> Task instructions
Of the entries below, restate word for word only the section that runs from the line with "25.2174412989), (71.9238519669, 11.4632863551))" to the line with "(-348.4016461166, -90.779629088), align=None)", counting both ends.

Excerpted records below:

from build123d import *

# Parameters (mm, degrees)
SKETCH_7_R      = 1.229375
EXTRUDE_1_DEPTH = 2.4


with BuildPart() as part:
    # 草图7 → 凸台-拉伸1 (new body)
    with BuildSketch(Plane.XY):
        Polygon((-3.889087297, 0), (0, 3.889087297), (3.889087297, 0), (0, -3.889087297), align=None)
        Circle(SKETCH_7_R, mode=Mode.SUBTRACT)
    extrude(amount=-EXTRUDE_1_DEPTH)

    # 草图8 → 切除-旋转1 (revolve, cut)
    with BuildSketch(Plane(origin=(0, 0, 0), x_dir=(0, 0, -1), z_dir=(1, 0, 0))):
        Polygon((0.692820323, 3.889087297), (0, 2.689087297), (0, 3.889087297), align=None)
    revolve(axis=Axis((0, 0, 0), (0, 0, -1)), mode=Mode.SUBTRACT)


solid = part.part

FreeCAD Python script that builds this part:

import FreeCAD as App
import Part
import Sketcher
Q = App.Units.Quantity


def add_polygon(sketch, points):
    """Adds a closed chain of lines whose ends are joined by coincident constraints."""
    first, n = sketch.GeometryCount, len(points)
    for a, b in zip(points, points[1:] + points[:1]):
        sketch.addGeometry(Part.LineSegment(App.Vector(*a, 0), App.Vector(*b, 0)), False)
    for i in range(n):
        sketch.addConstraint(Sketcher.Constraint("Coincident", first + i, 2, first + (i + 1) % n, 1))

doc = App.newDocument("Part")
params = doc.addObject("Spreadsheet::Sheet", "Params")
for row, (alias, value) in enumerate([
    ("sketch1_length", "5.5 mm"),
    ("pad1_length", "2.4 mm"),
    ("sketch2_width", "1.2 mm"),
    ("groove_angle", "360 deg"),
], start=1):
    params.set(f"A{row}", alias)
    params.set(f"B{row}", "=" + value)
    params.setAlias(f"B{row}", alias)

body = doc.addObject("PartDesign::Body", "Body")

# Sketch on XY plane
sketch1 = doc.addObject("Sketcher::SketchObject", "Sketch")
body.addObject(sketch1)
sketch1.AttachmentSupport = (doc.XY_Plane, [""])
sketch1.MapMode = "FlatFace"
add_polygon(sketch1, [(0, 3.9), (-3.9, 0), (0, -3.9), (3.9, 0)])  # lines 0-3
sketch1.addGeometry(Part.Circle(App.Vector(0, 0, 0), App.Vector(0, 0, 1), 1.2), False)  # 4
sketch1.addConstraint([
    Sketcher.Constraint("Coincident", 4, 3, -1, 1),
    Sketcher.Constraint("Symmetric", 0, 2, 2, 2, -1, 1),
    Sketcher.Constraint("Symmetric", 1, 2, 3, 2, -1, 1),
    Sketcher.Constraint("PointOnObject", 0, 2, -1),
    Sketcher.Constraint("PointOnObject", 1, 2, -2),
    Sketcher.Constraint("Perpendicular", 0, 1),
    Sketcher.Constraint("Distance", 0, 5.5),
    Sketcher.Constraint("Diameter", 4, 2.45875),
])
sketch1.setExpression("Constraints[10]", "Params.sketch1_length")
pad1 = doc.addObject("PartDesign::Pad", "Pad")
body.addObject(pad1)
pad1.Profile = sketch1
pad1.setExpression("Length", "Params.pad1_length")
pad1.Reversed = True

# Sketch on YZ plane
sketch2 = doc.addObject("Sketcher::SketchObject", "Sketch001")
body.addObject(sketch2)
sketch2.AttachmentSupport = (doc.YZ_Plane, [""])
sketch2.MapMode = "FlatFace"
add_polygon(sketch2, [(2.7, 0), (3.9, -0.7), (3.9, 0)])  # lines 0-2
sketch2.addConstraint([
    Sketcher.Constraint("Vertical", 1),
    Sketcher.Constraint("Horizontal", 2),
    Sketcher.Constraint("PointOnObject", 1, 2, -1),
    Sketcher.Constraint("Angle", 0, Q("-30 deg")),
    Sketcher.Constraint("DistanceX", 2, 2, 2, 1, 1.2),
    Sketcher.Constraint("DistanceX", -1, 1, 0, 2, 3.889087),
])
sketch2.setExpression("Constraints[7]", "Params.sketch2_width")
groove = doc.addObject("PartDesign::Groove", "Groove")
body.addObject(groove)
groove.Profile = sketch2
groove.ReferenceAxis = (sketch2, ["V_Axis"])
groove.setExpression("Angle", "Params.groove_angle")

doc.recompute()
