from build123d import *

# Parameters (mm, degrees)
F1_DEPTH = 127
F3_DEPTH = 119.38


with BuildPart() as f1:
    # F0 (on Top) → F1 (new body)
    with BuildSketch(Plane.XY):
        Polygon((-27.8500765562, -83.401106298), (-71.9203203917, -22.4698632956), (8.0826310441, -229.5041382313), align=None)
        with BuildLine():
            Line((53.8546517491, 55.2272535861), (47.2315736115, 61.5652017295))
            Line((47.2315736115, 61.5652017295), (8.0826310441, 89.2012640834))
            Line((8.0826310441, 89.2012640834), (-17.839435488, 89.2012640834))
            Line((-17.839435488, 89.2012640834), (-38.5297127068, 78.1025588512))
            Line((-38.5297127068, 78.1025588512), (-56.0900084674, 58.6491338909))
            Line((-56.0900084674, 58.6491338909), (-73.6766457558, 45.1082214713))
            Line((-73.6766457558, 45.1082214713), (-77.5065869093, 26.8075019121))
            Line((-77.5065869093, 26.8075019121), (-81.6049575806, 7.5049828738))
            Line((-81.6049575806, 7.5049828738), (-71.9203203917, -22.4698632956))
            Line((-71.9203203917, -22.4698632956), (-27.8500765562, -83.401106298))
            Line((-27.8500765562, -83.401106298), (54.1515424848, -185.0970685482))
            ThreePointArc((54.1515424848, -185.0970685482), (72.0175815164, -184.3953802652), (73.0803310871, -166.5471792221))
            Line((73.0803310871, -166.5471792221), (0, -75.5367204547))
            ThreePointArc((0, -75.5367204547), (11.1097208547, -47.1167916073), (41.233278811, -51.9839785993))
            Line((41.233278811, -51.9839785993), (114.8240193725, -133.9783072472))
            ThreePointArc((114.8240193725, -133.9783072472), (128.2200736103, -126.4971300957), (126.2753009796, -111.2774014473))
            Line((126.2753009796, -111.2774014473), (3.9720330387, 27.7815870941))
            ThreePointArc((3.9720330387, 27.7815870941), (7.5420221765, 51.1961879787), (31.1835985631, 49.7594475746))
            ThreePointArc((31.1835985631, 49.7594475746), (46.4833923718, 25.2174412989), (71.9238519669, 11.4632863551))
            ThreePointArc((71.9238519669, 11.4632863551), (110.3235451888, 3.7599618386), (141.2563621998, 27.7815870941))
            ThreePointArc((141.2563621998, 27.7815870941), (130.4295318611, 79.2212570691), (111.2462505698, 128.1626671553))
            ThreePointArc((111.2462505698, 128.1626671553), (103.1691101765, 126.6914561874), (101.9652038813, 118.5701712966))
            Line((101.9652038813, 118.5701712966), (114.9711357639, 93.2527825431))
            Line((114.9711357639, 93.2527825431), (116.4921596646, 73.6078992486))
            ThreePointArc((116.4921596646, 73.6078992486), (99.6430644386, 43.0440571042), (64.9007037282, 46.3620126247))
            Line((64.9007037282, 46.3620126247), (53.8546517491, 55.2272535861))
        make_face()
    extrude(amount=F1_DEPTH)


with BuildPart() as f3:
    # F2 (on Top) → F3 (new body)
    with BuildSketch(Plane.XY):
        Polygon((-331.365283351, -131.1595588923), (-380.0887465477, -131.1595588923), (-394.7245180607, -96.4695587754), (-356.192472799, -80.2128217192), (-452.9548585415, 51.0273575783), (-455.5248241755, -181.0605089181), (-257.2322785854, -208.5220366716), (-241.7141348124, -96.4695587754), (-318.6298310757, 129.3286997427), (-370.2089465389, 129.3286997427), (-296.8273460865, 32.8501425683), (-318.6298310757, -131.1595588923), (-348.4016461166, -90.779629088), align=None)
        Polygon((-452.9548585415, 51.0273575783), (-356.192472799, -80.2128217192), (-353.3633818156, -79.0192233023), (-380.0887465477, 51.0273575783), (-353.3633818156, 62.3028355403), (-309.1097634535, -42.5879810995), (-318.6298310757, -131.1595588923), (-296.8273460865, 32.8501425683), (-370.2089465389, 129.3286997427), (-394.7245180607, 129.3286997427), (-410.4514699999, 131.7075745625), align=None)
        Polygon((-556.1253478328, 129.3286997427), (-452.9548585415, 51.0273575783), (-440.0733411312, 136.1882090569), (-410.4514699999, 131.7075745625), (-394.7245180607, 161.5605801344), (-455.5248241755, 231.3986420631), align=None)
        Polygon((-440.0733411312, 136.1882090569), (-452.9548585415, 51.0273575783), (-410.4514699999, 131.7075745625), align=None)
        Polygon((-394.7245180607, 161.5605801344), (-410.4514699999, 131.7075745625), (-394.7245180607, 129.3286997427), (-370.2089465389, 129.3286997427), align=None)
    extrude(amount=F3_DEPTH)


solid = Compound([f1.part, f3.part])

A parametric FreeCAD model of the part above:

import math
import FreeCAD as App
import Part
import Sketcher
Q = App.Units.Quantity


def add_polygon(sketch, points):
    """Adds a closed chain of lines whose ends are joined by coincident constraints."""
    first, n = sketch.GeometryCount, len(points)
    for a, b in zip(points, points[1:] + points[:1]):
        sketch.addGeometry(Part.LineSegment(App.Vector(*a, 0), App.Vector(*b, 0)), False)
    for i in range(n):
        sketch.addConstraint(Sketcher.Constraint("Coincident", first + i, 2, first + (i + 1) % n, 1))

doc = App.newDocument("Part")
body = doc.addObject("PartDesign::Body", "Body")

sketch1 = doc.addObject("Sketcher::SketchObject", "Sketch")
body.addObject(sketch1)
sketch1.AttachmentSupport = (doc.XY_Plane, [""])
sketch1.MapMode = "FlatFace"
sketch1.addGeometry(Part.LineSegment(App.Vector(-72, -22, 0), App.Vector(8, -230, 0)), False)
sketch1.addGeometry(Part.LineSegment(App.Vector(8, -230, 0), App.Vector(-28, -83, 0)), False)
sketch1.addGeometry(Part.LineSegment(App.Vector(-28, -83, 0), App.Vector(54, -185, 0)), False)
sketch1.addGeometry(Part.ArcOfCircle(Part.Circle(App.Vector(63, -175, 0), App.Vector(0, 0, 1), 13), math.radians(-130), math.radians(39)), False)
sketch1.addGeometry(Part.LineSegment(App.Vector(73, -167, 0), App.Vector(0, -76, 0)), False)
sketch1.addGeometry(Part.ArcOfCircle(Part.Circle(App.Vector(23, -68, 0), App.Vector(0, 0, 1), 24), math.radians(42), math.radians(198)), False)
sketch1.addGeometry(Part.LineSegment(App.Vector(41, -52, 0), App.Vector(115, -134, 0)), False)
sketch1.addGeometry(Part.ArcOfCircle(Part.Circle(App.Vector(116, -120, 0), App.Vector(0, 0, 1), 14), math.radians(-95), math.radians(41)), False)
sketch1.addGeometry(Part.LineSegment(App.Vector(126, -111, 0), App.Vector(4, 28, 0)), False)
sketch1.addGeometry(Part.ArcOfCircle(Part.Circle(App.Vector(19, 38, 0), App.Vector(0, 0, 1), 18), math.radians(44), math.radians(214)), False)
sketch1.addGeometry(Part.ArcOfCircle(Part.Circle(App.Vector(85, 66, 0), App.Vector(0, 0, 1), 56), math.radians(-163), math.radians(-104)), False)
sketch1.addGeometry(Part.ArcOfCircle(Part.Circle(App.Vector(100, 50, 0), App.Vector(0, 0, 1), 47), math.radians(-126), math.radians(-28)), False)
sketch1.addGeometry(Part.ArcOfCircle(Part.Circle(App.Vector(-173, -12, 0), App.Vector(0, 0, 1), 317), math.radians(7.13), math.radians(26.16)), False)
sketch1.addGeometry(Part.ArcOfCircle(Part.Circle(App.Vector(108, 122, 0), App.Vector(0, 0, 1), 7), math.radians(65), math.radians(207)), False)
sketch1.addGeometry(Part.LineSegment(App.Vector(102, 119, 0), App.Vector(115, 93, 0)), False)
sketch1.addGeometry(Part.LineSegment(App.Vector(115, 93, 0), App.Vector(116, 74, 0)), False)
sketch1.addGeometry(Part.ArcOfCircle(Part.Circle(App.Vector(85, 71, 0), App.Vector(0, 0, 1), 32), math.radians(-129), math.radians(4)), False)
sketch1.addGeometry(Part.LineSegment(App.Vector(65, 46, 0), App.Vector(54, 55, 0)), False)
sketch1.addGeometry(Part.LineSegment(App.Vector(54, 55, 0), App.Vector(47, 62, 0)), False)
sketch1.addGeometry(Part.LineSegment(App.Vector(47, 62, 0), App.Vector(8, 89, 0)), False)
sketch1.addGeometry(Part.LineSegment(App.Vector(8, 89, 0), App.Vector(-18, 89, 0)), False)
sketch1.addGeometry(Part.LineSegment(App.Vector(-18, 89, 0), App.Vector(-39, 78, 0)), False)
sketch1.addGeometry(Part.LineSegment(App.Vector(-39, 78, 0), App.Vector(-56, 59, 0)), False)
sketch1.addGeometry(Part.LineSegment(App.Vector(-56, 59, 0), App.Vector(-74, 45, 0)), False)
sketch1.addGeometry(Part.LineSegment(App.Vector(-74, 45, 0), App.Vector(-78, 27, 0)), False)
sketch1.addGeometry(Part.LineSegment(App.Vector(-78, 27, 0), App.Vector(-82, 8, 0)), False)
sketch1.addGeometry(Part.LineSegment(App.Vector(-82, 8, 0), App.Vector(-72, -22, 0)), False)
sketch1.addConstraint(Sketcher.Constraint("Coincident", 0, 2, 1, 1))
sketch1.addConstraint(Sketcher.Constraint("Coincident", 1, 2, 2, 1))
sketch1.addConstraint(Sketcher.Constraint("Coincident", 2, 2, 3, 1))
sketch1.addConstraint(Sketcher.Constraint("Tangent", 3, 2, 4, 1))
sketch1.addConstraint(Sketcher.Constraint("Coincident", 4, 2, 5, 2))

End of Excerpted records.

> Answer space
            ThreePointArc((31.1835985631, 49.7594475746), (46.4833923718, 25.2174412989), (71.9238519669, 11.4632863551))
            ThreePointArc((71.9238519669, 11.4632863551), (110.3235451888, 3.7599618386), (141.2563621998, 27.7815870941))
            ThreePointArc((141.2563621998, 27.7815870941), (130.4295318611, 79.2212570691), (111.2462505698, 128.1626671553))
            ThreePointArc((111.2462505698, 128.1626671553), (103.1691101765, 126.6914561874), (101.9652038813, 118.5701712966))
            Line((101.9652038813, 118.5701712966), (114.9711357639, 93.2527825431))
            Line((114.9711357639, 93.2527825431), (116.4921596646, 73.6078992486))
            ThreePointArc((116.4921596646, 73.6078992486), (99.6430644386, 43.0440571042), (64.9007037282, 46.3620126247))
            Line((64.9007037282, 46.3620126247), (53.8546517491, 55.2272535861))
        make_face()
    extrude(amount=F1_DEPTH)


with BuildPart() as f3:
    # F2 (on Top) → F3 (new body)
    with BuildSketch(Plane.XY):
        Polygon((-331.365283351, -131.1595588923), (-380.0887465477, -131.1595588923), (-394.7245180607, -96.4695587754), (-356.192472799, -80.2128217192), (-452.9548585415, 51.0273575783), (-455.5248241755, -181.0605089181), (-257.2322785854, -208.5220366716), (-241.7141348124, -96.4695587754), (-318.6298310757, 129.3286997427), (-370.2089465389, 129.3286997427), (-296.8273460865, 32.8501425683), (-318.6298310757, -131.1595588923), (-348.4016461166, -90.779629088), align=None)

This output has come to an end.